XLI, the Industrial Select Sector SPDR ETF, enters the second week of July with a familiar tension: short sellers have stopped retreating, the fund has given back last week's gains, and options positioning remains heavily skewed toward protection.
The borrow market has drifted rather than moved. Availability has tightened from 283% to 223% over the week — a meaningful step down, though still well within normal range. Cost to borrow edged up fractionally to 0.69%, essentially unchanged. That contrast with late May's 52-week low of 2.1% availability remains the reference point: the lending market is materially looser than its worst moment, but the week's direction is the wrong one. Roughly 2.2 shares remain available for every one currently borrowed — comfortable, but less so than seven days ago.
Short interest tells a consistent story with the price action. Bears paused their retreat this week. Short interest dipped only 1.8% on the week to 20.5 million shares — 13.4% of free float — after falling nearly 6% in the prior week and 6.3% over the past month. The month-long unwind is still intact, but the pace has stalled. The ORTEX short score ticked up to 60.8 from a low of 57.2 two weeks ago, reflecting the modest re-firming of bearish positioning rather than a fresh wave of conviction shorting.
Options positioning remains the most consistently elevated signal across all recent readings. The put/call ratio is running at 3.22 — right in line with its 20-day average of 3.26, and essentially flat on the z-score at -0.13. That average itself is the notable point: it has been sustained well above 3.0 for weeks, a level that implies roughly three puts traded for every call. The 52-week high on the PCR is 5.54, and the low is 1.96, so current positioning sits in the defensive half of the annual range without being extreme. Hedging demand is persistent, not panicked.
The price action provides the backdrop. XLI fell 1.7% on Tuesday and is down 1.5% on the week to $182.38, unwinding a portion of June's 4.7% monthly gain. The fund is an ETF with no single earnings catalyst, so the week's move reflects broader industrial sector sentiment — rising rate concerns and caution around capital expenditure cycles remain the macro overhang that prior notes have flagged. Morgan Stanley remains the largest disclosed holder at 7.1% of shares, followed by JPMorgan at 6.4% and Wells Fargo at 4.9%, based on March quarter-end filings. Goldman trimmed its position by 1.9 million shares in the same period — the largest reduction among the top holders.
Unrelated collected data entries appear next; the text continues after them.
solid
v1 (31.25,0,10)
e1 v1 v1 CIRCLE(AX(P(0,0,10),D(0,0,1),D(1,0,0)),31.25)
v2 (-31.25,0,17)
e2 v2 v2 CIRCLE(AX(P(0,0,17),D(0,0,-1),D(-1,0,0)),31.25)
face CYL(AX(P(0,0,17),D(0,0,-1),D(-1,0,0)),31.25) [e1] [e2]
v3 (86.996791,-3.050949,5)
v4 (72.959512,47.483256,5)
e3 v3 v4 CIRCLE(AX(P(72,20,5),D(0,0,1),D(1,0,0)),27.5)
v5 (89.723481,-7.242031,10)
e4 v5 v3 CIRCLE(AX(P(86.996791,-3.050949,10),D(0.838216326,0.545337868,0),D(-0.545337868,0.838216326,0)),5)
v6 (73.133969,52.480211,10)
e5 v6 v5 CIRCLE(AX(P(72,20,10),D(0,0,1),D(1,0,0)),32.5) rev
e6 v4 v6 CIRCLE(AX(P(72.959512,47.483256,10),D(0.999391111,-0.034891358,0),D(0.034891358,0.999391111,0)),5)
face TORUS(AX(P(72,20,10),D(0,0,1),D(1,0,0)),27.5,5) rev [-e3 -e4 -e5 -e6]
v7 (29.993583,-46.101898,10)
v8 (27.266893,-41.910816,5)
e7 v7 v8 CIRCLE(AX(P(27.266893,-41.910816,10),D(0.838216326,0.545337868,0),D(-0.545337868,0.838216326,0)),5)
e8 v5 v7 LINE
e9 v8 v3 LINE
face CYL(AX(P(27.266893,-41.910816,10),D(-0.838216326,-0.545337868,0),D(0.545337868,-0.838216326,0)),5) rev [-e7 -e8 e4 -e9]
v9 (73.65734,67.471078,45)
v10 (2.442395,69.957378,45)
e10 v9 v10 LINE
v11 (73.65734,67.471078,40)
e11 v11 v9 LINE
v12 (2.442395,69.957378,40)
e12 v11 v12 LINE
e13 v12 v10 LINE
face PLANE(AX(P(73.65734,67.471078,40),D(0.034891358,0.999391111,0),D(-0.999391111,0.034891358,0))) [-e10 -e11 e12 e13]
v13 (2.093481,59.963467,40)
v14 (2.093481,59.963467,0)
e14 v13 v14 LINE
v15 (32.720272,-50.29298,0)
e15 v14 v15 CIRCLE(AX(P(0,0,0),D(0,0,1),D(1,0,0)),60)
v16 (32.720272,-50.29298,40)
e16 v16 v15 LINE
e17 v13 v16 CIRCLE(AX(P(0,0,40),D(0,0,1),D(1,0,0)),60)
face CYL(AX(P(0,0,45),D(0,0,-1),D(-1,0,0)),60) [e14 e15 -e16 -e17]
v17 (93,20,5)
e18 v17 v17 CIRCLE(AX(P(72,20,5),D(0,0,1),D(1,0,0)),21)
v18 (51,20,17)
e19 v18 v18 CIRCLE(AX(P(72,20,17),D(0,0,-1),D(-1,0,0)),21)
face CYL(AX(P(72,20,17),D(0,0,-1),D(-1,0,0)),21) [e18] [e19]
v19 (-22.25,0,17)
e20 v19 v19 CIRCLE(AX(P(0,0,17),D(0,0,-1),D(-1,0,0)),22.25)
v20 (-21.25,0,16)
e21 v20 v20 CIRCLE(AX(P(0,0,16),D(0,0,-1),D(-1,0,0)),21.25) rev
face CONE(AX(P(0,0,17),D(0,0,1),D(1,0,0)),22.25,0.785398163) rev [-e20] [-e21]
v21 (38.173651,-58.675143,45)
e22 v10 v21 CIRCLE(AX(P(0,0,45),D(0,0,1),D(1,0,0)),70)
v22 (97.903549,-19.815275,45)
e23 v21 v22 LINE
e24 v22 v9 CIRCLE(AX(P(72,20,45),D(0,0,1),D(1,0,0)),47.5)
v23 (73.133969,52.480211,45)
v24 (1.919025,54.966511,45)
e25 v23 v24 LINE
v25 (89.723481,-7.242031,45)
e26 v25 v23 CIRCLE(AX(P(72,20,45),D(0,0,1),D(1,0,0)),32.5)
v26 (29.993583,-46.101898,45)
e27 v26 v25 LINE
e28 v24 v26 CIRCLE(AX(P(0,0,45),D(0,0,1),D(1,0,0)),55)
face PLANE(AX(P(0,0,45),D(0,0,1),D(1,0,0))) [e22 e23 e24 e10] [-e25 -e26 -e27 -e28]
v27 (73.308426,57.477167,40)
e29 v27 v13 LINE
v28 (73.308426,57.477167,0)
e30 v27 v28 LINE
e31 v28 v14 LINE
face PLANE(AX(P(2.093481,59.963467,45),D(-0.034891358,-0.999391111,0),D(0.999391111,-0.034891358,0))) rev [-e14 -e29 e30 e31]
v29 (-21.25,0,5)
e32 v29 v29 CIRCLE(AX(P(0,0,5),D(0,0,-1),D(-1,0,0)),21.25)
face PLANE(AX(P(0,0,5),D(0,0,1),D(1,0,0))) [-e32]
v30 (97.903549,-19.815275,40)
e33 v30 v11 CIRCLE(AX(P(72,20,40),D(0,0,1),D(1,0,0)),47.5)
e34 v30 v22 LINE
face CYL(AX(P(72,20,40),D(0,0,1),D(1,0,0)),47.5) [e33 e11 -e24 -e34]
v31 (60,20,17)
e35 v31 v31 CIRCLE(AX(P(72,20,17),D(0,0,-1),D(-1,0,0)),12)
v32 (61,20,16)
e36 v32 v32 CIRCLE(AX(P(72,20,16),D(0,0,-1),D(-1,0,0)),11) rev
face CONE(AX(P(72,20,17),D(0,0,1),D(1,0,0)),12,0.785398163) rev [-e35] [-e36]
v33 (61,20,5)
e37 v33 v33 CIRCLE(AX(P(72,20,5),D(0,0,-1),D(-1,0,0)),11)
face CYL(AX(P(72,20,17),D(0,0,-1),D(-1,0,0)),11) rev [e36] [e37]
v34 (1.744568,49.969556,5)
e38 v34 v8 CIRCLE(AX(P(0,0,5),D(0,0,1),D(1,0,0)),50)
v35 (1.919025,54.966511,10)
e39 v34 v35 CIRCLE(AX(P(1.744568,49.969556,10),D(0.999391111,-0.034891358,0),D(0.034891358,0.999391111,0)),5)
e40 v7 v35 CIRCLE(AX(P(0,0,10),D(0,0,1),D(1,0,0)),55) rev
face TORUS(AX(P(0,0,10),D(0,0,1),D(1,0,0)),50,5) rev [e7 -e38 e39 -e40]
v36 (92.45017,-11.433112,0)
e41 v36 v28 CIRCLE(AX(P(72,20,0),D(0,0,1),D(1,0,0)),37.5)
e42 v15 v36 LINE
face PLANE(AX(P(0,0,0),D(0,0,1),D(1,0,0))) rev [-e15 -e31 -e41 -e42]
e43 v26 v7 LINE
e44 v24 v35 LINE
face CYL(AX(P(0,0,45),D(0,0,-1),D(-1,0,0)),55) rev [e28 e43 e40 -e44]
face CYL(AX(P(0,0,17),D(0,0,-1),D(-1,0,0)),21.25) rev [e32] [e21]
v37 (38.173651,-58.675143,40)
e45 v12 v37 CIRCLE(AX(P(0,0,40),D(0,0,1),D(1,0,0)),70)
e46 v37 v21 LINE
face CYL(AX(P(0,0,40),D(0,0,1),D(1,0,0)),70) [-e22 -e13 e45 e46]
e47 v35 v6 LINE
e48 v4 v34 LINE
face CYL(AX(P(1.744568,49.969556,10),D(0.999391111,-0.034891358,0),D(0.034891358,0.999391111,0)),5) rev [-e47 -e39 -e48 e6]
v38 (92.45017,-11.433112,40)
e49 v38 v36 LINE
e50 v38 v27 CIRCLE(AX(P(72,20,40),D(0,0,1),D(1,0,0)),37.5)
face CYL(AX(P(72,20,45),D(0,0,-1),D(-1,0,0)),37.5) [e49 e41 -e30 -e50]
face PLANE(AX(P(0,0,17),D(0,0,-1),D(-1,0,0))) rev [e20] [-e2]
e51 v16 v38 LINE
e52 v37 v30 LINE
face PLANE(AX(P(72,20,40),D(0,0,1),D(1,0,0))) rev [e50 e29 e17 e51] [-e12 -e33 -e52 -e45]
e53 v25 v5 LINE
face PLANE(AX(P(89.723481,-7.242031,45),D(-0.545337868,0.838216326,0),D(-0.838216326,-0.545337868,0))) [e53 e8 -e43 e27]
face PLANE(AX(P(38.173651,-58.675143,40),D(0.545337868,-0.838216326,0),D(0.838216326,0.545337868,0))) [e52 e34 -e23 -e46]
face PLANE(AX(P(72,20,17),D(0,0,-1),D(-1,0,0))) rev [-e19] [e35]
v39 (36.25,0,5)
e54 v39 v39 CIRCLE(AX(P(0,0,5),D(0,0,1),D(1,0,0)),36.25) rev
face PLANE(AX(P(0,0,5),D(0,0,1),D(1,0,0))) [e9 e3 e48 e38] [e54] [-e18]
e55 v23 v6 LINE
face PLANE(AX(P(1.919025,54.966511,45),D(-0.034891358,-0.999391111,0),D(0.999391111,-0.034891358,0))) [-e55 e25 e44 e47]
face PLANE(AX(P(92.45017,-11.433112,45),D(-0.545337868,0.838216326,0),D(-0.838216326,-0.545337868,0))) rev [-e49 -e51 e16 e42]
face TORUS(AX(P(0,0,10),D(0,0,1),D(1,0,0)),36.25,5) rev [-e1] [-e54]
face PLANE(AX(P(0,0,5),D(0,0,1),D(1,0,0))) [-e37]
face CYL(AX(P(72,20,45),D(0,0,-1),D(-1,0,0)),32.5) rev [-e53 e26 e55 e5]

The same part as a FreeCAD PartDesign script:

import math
import FreeCAD as App
import Part
import Sketcher
from FreeCAD import Vector
Q = App.Units.Quantity


def edges_at(feature, points):
    """Names of the edges that pass closest to the given points."""
    edges = feature.Shape.Edges
    near = lambda p: min(range(len(edges)), key=lambda i: edges[i].distToShape(Part.Vertex(*p))[0])
    return sorted({f"Edge{near(p) + 1}" for p in points})


def faces_at(feature, points):
    """Names of the faces that lie closest to the given points."""
    faces = feature.Shape.Faces
    near = lambda p: min(range(len(faces)), key=lambda i: faces[i].distToShape(Part.Vertex(*p))[0])
    return sorted({f"Face{near(p) + 1}" for p in points})

doc = App.newDocument("Part")
params = doc.addObject("Spreadsheet::Sheet", "Params")
for row, (alias, value) in enumerate([
    ("sketch1_radius", "60 mm"),
    ("sketch1_radius2", "37.5 mm"),
    ("pad1_length", "45 mm"),
    ("thickness_wall", "5 mm"),
    ("sketch2_radius", "70 mm"),
    ("sketch2_radius2", "60 mm"),
    ("sketch2_radius3", "47.5 mm"),
    ("pad2_length", "5 mm"),
    ("sketch3_diameter", "42 mm"),
    ("sketch3_diameter2", "22 mm"),
    ("sketch3_diameter3", "62.5 mm"),
    ("sketch3_diameter4", "42.5 mm"),
    ("pad3_length", "12 mm"),
    ("fillet_radius", "5 mm"),
    ("chamfer_size", "1 mm"),
], start=1):
    params.set(f"A{row}", alias)
    params.set(f"B{row}", "=" + value)
    params.setAlias(f"B{row}", alias)

body = doc.addObject("PartDesign::Body", "Body")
The setup heading into the rest of July is one of modest re-accumulation of bearish positioning against a backdrop where the borrow market remains far from stressed: the month-long short-covering trend has paused, availability is still loose, and options traders continue to lean defensively — whether that hedging reflects genuine conviction or routine portfolio protection is the question worth watching.